§ EXCERPTED DATA

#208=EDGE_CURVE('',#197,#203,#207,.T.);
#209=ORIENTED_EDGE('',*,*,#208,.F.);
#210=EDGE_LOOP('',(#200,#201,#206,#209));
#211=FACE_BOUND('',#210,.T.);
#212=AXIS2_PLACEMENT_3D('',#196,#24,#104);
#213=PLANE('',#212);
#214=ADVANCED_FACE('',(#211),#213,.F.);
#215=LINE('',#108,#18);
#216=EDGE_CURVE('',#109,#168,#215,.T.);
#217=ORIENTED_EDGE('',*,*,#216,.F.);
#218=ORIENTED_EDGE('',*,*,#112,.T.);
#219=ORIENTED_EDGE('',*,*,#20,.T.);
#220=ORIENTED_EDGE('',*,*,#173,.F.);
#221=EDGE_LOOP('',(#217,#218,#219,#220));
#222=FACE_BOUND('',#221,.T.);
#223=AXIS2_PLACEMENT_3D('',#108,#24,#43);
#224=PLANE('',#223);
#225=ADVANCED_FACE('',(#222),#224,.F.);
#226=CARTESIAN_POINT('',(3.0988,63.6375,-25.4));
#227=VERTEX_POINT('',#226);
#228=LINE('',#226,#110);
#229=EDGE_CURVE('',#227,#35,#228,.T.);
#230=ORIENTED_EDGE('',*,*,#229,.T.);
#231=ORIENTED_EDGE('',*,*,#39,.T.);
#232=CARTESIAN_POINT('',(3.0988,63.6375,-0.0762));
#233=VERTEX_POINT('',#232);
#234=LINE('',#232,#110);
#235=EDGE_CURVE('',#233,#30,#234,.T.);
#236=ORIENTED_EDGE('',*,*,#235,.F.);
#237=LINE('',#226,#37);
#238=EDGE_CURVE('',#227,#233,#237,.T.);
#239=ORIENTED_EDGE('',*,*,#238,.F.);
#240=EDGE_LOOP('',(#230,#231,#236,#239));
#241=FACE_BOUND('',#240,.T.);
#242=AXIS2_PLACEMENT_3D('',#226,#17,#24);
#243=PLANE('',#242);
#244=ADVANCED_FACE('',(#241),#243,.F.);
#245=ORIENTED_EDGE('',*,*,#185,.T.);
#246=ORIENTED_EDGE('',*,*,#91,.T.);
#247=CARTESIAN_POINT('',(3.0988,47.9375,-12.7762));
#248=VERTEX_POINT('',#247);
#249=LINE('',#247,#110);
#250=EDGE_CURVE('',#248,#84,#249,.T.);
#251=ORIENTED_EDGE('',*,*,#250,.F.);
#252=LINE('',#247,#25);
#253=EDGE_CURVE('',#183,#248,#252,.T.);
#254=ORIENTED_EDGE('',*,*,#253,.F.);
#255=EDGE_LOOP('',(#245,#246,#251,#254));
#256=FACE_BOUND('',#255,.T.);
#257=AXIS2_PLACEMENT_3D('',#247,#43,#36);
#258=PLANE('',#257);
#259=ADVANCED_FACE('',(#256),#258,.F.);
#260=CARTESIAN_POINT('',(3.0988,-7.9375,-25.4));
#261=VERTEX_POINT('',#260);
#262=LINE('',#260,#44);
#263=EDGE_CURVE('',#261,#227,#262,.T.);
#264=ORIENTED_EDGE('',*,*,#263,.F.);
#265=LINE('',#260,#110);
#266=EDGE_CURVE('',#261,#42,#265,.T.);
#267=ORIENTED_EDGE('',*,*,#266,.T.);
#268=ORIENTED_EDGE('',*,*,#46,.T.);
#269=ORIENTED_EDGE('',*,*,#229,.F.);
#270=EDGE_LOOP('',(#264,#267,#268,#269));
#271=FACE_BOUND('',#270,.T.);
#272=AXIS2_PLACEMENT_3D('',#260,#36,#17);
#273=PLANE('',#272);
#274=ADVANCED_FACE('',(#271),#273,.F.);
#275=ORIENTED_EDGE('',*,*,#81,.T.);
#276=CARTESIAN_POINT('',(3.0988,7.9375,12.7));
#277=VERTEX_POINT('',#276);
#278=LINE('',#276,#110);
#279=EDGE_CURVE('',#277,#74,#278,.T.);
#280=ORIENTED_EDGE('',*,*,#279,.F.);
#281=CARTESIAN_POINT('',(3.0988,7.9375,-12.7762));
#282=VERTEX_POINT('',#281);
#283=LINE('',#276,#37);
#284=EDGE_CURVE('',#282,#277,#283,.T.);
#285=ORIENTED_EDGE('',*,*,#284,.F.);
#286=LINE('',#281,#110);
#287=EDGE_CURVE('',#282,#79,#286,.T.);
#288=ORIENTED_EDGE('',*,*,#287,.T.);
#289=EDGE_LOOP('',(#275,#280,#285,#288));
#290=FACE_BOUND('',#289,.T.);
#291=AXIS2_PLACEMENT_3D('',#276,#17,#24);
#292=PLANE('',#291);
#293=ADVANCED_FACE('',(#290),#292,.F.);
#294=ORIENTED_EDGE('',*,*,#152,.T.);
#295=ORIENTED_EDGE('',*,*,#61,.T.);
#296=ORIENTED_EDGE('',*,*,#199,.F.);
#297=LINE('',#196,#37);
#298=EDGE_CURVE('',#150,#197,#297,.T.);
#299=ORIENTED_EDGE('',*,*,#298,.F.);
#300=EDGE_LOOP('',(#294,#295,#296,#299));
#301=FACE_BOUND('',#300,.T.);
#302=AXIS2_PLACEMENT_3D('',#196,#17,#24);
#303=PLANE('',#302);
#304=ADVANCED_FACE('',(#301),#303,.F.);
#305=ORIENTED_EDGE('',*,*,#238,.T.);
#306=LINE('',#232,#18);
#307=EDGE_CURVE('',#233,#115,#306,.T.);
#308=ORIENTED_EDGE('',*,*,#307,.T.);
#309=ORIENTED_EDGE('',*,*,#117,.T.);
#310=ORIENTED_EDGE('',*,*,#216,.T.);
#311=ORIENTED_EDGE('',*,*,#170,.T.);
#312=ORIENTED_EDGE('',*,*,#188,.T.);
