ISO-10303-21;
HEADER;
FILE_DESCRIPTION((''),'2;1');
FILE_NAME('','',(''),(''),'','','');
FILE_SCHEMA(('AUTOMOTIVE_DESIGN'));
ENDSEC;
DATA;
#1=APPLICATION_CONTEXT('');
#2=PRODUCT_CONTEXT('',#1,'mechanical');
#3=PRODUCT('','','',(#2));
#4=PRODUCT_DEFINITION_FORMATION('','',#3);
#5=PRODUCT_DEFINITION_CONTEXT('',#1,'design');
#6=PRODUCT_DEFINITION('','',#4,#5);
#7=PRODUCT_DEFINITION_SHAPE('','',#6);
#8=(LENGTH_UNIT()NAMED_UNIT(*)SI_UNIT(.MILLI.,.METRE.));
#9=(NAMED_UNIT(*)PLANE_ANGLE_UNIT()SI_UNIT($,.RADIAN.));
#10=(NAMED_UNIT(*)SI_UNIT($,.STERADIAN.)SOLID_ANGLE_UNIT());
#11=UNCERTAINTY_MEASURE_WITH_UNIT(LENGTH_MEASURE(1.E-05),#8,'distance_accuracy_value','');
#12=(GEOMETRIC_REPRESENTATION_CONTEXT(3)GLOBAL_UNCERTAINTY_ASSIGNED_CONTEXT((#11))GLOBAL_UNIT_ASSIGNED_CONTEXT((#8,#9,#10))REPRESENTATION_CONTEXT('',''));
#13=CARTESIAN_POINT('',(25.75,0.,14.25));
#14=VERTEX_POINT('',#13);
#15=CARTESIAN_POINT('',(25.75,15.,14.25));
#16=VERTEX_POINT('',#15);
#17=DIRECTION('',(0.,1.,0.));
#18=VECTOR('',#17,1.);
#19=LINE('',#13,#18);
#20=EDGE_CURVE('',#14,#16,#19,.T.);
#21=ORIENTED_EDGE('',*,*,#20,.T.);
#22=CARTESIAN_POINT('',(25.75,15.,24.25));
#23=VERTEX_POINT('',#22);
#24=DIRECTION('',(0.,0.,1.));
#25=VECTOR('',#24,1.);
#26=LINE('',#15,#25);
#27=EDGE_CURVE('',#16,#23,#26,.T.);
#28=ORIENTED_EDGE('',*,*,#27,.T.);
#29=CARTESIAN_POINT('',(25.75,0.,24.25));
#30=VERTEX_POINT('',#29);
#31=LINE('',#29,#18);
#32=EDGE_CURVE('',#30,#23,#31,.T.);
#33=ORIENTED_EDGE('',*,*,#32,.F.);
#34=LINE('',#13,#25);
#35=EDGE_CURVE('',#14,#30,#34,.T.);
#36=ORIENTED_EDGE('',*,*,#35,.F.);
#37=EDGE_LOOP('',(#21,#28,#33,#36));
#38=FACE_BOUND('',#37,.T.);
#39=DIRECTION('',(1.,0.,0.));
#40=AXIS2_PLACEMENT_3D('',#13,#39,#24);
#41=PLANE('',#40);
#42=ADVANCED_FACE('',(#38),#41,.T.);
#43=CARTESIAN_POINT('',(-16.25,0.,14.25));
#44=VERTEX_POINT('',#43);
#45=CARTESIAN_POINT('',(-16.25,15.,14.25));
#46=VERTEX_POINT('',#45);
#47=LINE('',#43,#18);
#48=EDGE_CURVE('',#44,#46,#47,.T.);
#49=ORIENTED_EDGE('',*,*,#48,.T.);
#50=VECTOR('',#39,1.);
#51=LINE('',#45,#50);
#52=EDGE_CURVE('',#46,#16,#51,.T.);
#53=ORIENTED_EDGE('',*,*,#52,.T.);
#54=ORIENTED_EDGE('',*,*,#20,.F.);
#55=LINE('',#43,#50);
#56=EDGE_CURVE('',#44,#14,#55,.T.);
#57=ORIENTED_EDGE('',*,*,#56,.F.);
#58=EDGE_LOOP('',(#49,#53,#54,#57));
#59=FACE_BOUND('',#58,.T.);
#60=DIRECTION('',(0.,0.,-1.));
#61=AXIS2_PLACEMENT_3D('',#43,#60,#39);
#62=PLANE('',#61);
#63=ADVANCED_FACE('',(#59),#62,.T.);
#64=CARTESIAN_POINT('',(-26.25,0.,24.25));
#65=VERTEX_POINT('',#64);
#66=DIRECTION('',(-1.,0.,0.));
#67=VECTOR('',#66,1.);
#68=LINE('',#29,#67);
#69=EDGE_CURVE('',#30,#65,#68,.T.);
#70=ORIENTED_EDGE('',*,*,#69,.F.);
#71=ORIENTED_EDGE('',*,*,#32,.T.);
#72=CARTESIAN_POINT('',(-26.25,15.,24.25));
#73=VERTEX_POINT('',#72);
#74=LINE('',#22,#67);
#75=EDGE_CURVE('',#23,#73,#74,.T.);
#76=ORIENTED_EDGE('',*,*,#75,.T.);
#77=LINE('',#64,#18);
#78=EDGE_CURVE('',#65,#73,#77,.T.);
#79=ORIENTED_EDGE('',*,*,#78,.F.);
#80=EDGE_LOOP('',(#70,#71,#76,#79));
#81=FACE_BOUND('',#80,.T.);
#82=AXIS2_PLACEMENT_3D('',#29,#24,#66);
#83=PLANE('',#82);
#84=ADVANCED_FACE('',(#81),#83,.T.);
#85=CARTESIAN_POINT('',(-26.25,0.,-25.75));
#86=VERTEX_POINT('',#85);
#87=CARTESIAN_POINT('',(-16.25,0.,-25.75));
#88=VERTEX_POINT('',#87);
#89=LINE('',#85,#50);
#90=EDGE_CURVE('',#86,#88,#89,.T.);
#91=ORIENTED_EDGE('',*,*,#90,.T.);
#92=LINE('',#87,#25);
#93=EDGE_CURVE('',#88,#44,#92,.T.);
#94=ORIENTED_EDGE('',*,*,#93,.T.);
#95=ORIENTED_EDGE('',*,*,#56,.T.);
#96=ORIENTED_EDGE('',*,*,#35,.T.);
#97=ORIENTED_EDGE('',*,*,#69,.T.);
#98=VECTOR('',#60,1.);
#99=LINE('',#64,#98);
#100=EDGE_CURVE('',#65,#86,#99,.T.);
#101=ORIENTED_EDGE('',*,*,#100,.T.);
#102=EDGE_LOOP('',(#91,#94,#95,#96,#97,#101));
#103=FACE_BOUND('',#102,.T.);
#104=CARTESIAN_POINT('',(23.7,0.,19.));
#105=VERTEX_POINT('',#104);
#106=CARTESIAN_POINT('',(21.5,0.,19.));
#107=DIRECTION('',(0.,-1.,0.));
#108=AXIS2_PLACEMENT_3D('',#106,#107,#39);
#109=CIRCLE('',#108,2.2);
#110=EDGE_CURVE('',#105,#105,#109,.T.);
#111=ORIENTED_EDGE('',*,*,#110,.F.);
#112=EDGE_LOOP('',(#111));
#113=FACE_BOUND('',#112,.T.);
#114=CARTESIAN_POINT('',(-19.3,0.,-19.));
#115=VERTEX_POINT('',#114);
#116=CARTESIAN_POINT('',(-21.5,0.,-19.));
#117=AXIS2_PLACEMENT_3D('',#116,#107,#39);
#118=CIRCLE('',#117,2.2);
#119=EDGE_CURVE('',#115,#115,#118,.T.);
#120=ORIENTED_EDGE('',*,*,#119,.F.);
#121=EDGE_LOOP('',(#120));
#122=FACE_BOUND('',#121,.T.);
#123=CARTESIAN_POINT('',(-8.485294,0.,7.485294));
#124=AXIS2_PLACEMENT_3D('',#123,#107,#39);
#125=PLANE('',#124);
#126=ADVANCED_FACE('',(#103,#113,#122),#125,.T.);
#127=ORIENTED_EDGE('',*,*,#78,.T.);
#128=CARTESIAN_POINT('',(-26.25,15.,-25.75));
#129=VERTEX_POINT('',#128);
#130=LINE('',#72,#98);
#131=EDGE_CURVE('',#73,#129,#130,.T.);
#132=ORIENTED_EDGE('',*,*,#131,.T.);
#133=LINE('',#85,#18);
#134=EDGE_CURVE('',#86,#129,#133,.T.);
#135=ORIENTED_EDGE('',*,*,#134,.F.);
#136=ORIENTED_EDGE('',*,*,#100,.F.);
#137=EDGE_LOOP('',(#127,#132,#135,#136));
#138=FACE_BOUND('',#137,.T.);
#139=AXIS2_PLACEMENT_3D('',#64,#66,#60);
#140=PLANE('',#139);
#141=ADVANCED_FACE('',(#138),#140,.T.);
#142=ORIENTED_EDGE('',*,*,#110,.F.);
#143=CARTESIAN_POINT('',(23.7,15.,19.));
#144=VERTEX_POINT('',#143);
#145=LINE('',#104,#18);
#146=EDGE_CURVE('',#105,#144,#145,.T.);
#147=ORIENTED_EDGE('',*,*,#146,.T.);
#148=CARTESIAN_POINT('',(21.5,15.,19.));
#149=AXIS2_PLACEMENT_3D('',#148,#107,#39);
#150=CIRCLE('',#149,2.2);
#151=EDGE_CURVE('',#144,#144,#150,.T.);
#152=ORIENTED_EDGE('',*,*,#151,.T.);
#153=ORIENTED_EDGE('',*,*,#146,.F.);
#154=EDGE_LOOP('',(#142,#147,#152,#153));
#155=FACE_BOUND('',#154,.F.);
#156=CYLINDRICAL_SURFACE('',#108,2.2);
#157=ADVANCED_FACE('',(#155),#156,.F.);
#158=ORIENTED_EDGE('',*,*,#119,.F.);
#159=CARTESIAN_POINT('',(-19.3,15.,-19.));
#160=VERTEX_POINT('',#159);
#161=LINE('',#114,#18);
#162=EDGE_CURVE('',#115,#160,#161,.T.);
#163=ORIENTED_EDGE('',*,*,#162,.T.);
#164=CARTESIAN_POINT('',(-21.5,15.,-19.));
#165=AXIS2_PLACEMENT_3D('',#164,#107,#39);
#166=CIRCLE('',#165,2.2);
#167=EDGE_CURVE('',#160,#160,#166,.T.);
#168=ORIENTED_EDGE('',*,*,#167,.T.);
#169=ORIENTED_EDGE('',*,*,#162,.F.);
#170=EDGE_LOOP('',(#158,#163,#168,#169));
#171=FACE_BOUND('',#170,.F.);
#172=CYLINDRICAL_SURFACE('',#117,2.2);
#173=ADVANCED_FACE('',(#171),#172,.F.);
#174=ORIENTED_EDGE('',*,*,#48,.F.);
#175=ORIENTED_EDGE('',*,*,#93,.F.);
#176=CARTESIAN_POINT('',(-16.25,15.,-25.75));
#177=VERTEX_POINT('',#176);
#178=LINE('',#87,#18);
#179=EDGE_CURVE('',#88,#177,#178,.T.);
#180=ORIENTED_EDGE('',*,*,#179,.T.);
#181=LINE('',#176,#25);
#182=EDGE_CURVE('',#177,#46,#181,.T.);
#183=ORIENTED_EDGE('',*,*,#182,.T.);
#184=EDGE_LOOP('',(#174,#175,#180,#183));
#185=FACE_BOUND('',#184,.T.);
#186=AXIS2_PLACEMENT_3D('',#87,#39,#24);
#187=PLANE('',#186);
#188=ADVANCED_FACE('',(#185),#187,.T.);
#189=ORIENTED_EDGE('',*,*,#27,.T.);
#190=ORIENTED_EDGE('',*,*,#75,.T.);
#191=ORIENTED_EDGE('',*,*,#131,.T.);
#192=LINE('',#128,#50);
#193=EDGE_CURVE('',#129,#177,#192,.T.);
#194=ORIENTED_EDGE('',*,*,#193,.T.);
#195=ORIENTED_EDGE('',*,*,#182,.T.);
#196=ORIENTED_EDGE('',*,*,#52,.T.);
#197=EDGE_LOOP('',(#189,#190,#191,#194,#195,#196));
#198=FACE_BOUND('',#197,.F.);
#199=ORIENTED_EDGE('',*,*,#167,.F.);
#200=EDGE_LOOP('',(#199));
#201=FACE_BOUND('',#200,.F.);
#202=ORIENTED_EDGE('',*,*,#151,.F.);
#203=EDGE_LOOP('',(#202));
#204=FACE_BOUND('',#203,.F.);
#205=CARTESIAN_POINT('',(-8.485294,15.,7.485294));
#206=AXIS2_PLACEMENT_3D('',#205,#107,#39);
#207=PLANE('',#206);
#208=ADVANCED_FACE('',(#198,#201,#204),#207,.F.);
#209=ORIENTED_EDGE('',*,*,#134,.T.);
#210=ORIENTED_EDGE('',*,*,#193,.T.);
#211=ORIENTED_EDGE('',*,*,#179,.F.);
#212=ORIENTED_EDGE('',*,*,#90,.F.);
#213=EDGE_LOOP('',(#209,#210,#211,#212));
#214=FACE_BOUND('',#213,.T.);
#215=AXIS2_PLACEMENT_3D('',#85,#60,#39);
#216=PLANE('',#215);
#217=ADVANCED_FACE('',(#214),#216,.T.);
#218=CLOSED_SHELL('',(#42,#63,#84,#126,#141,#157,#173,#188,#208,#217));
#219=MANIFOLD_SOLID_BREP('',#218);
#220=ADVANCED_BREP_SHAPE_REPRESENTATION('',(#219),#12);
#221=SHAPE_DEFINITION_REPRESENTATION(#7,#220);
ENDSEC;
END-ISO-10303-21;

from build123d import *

# Parameters (mm, degrees)
F0_R     = 2.2
F1_DEPTH = 15
F2_R     = 2.2
F3_DEPTH = 15


with BuildPart() as f1:
    # F0 (on Front) → F1 (new body)
    with BuildSketch(Plane.XZ):
        with BuildLine():
            Line((8.592964, -25.75), (25.75, -25.75))
            Line((25.75, -25.75), (25.75, 0))
            ThreePointArc((25.75, 0), (24.573215, 7.695427), (21.150419, 14.687487))
            Line((21.150419, 14.687487), (23.486593, 16.752013))
            ThreePointArc((23.486593, 16.752013), (23.747987, 20.986593), (19.513407, 21.247987))
            Line((19.513407, 21.247987), (17.177232, 19.183461))
            ThreePointArc((17.177232, 19.183461), (-10.505921, 23.50932), (-25.75, 0))
            ThreePointArc((-25.75, 0), (-24.545164, -7.667474), (-21.046787, -14.595905))
            Line((-21.046787, -14.595905), (-23.486593, -16.752013))
            ThreePointArc((-23.486593, -16.752013), (-23.747987, -20.986593), (-19.513407, -21.247987))
            Line((-19.513407, -21.247987), (-16.983615, -19.012358))
            ThreePointArc((-16.983615, -19.012358), (-4.7787, -24.673256), (8.592964, -23.188554))
            Line((8.592964, -23.188554), (8.592964, -25.75))
        make_face()
        with Locations((-21.5, -19)):
            Circle(F0_R, mode=Mode.SUBTRACT)
        with Locations((21.5, 19)):
            Circle(F0_R, mode=Mode.SUBTRACT)
    extrude(amount=F1_DEPTH)


with BuildPart() as f3:
    # F2 (on Front) → F3 (new body)
    with BuildSketch(Plane.XZ):
        Polygon((25.75, 14.25), (25.75, 24.25), (-26.25, 24.25), (-26.25, -25.75), (-16.25, -25.75), (-16.25, 14.25), align=None)
        with Locations((-21.5, -19)):
            Circle(F2_R, mode=Mode.SUBTRACT)
        with Locations((21.5, 19)):
            Circle(F2_R, mode=Mode.SUBTRACT)
    extrude(amount=-F3_DEPTH)


solid = f3.part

§ PROBLEM DETAILS
Take the entries above and return only the lines from the one with "#103=FACE_BOUND('',#102,.T.);" to the one with "#109=CIRCLE('',#108,2.2);", both included, unchanged.

§ ANSWER
#103=FACE_BOUND('',#102,.T.);
#104=CARTESIAN_POINT('',(23.7,0.,19.));
#105=VERTEX_POINT('',#104);
#106=CARTESIAN_POINT('',(21.5,0.,19.));
#107=DIRECTION('',(0.,-1.,0.));
#108=AXIS2_PLACEMENT_3D('',#106,#107,#39);
#109=CIRCLE('',#108,2.2);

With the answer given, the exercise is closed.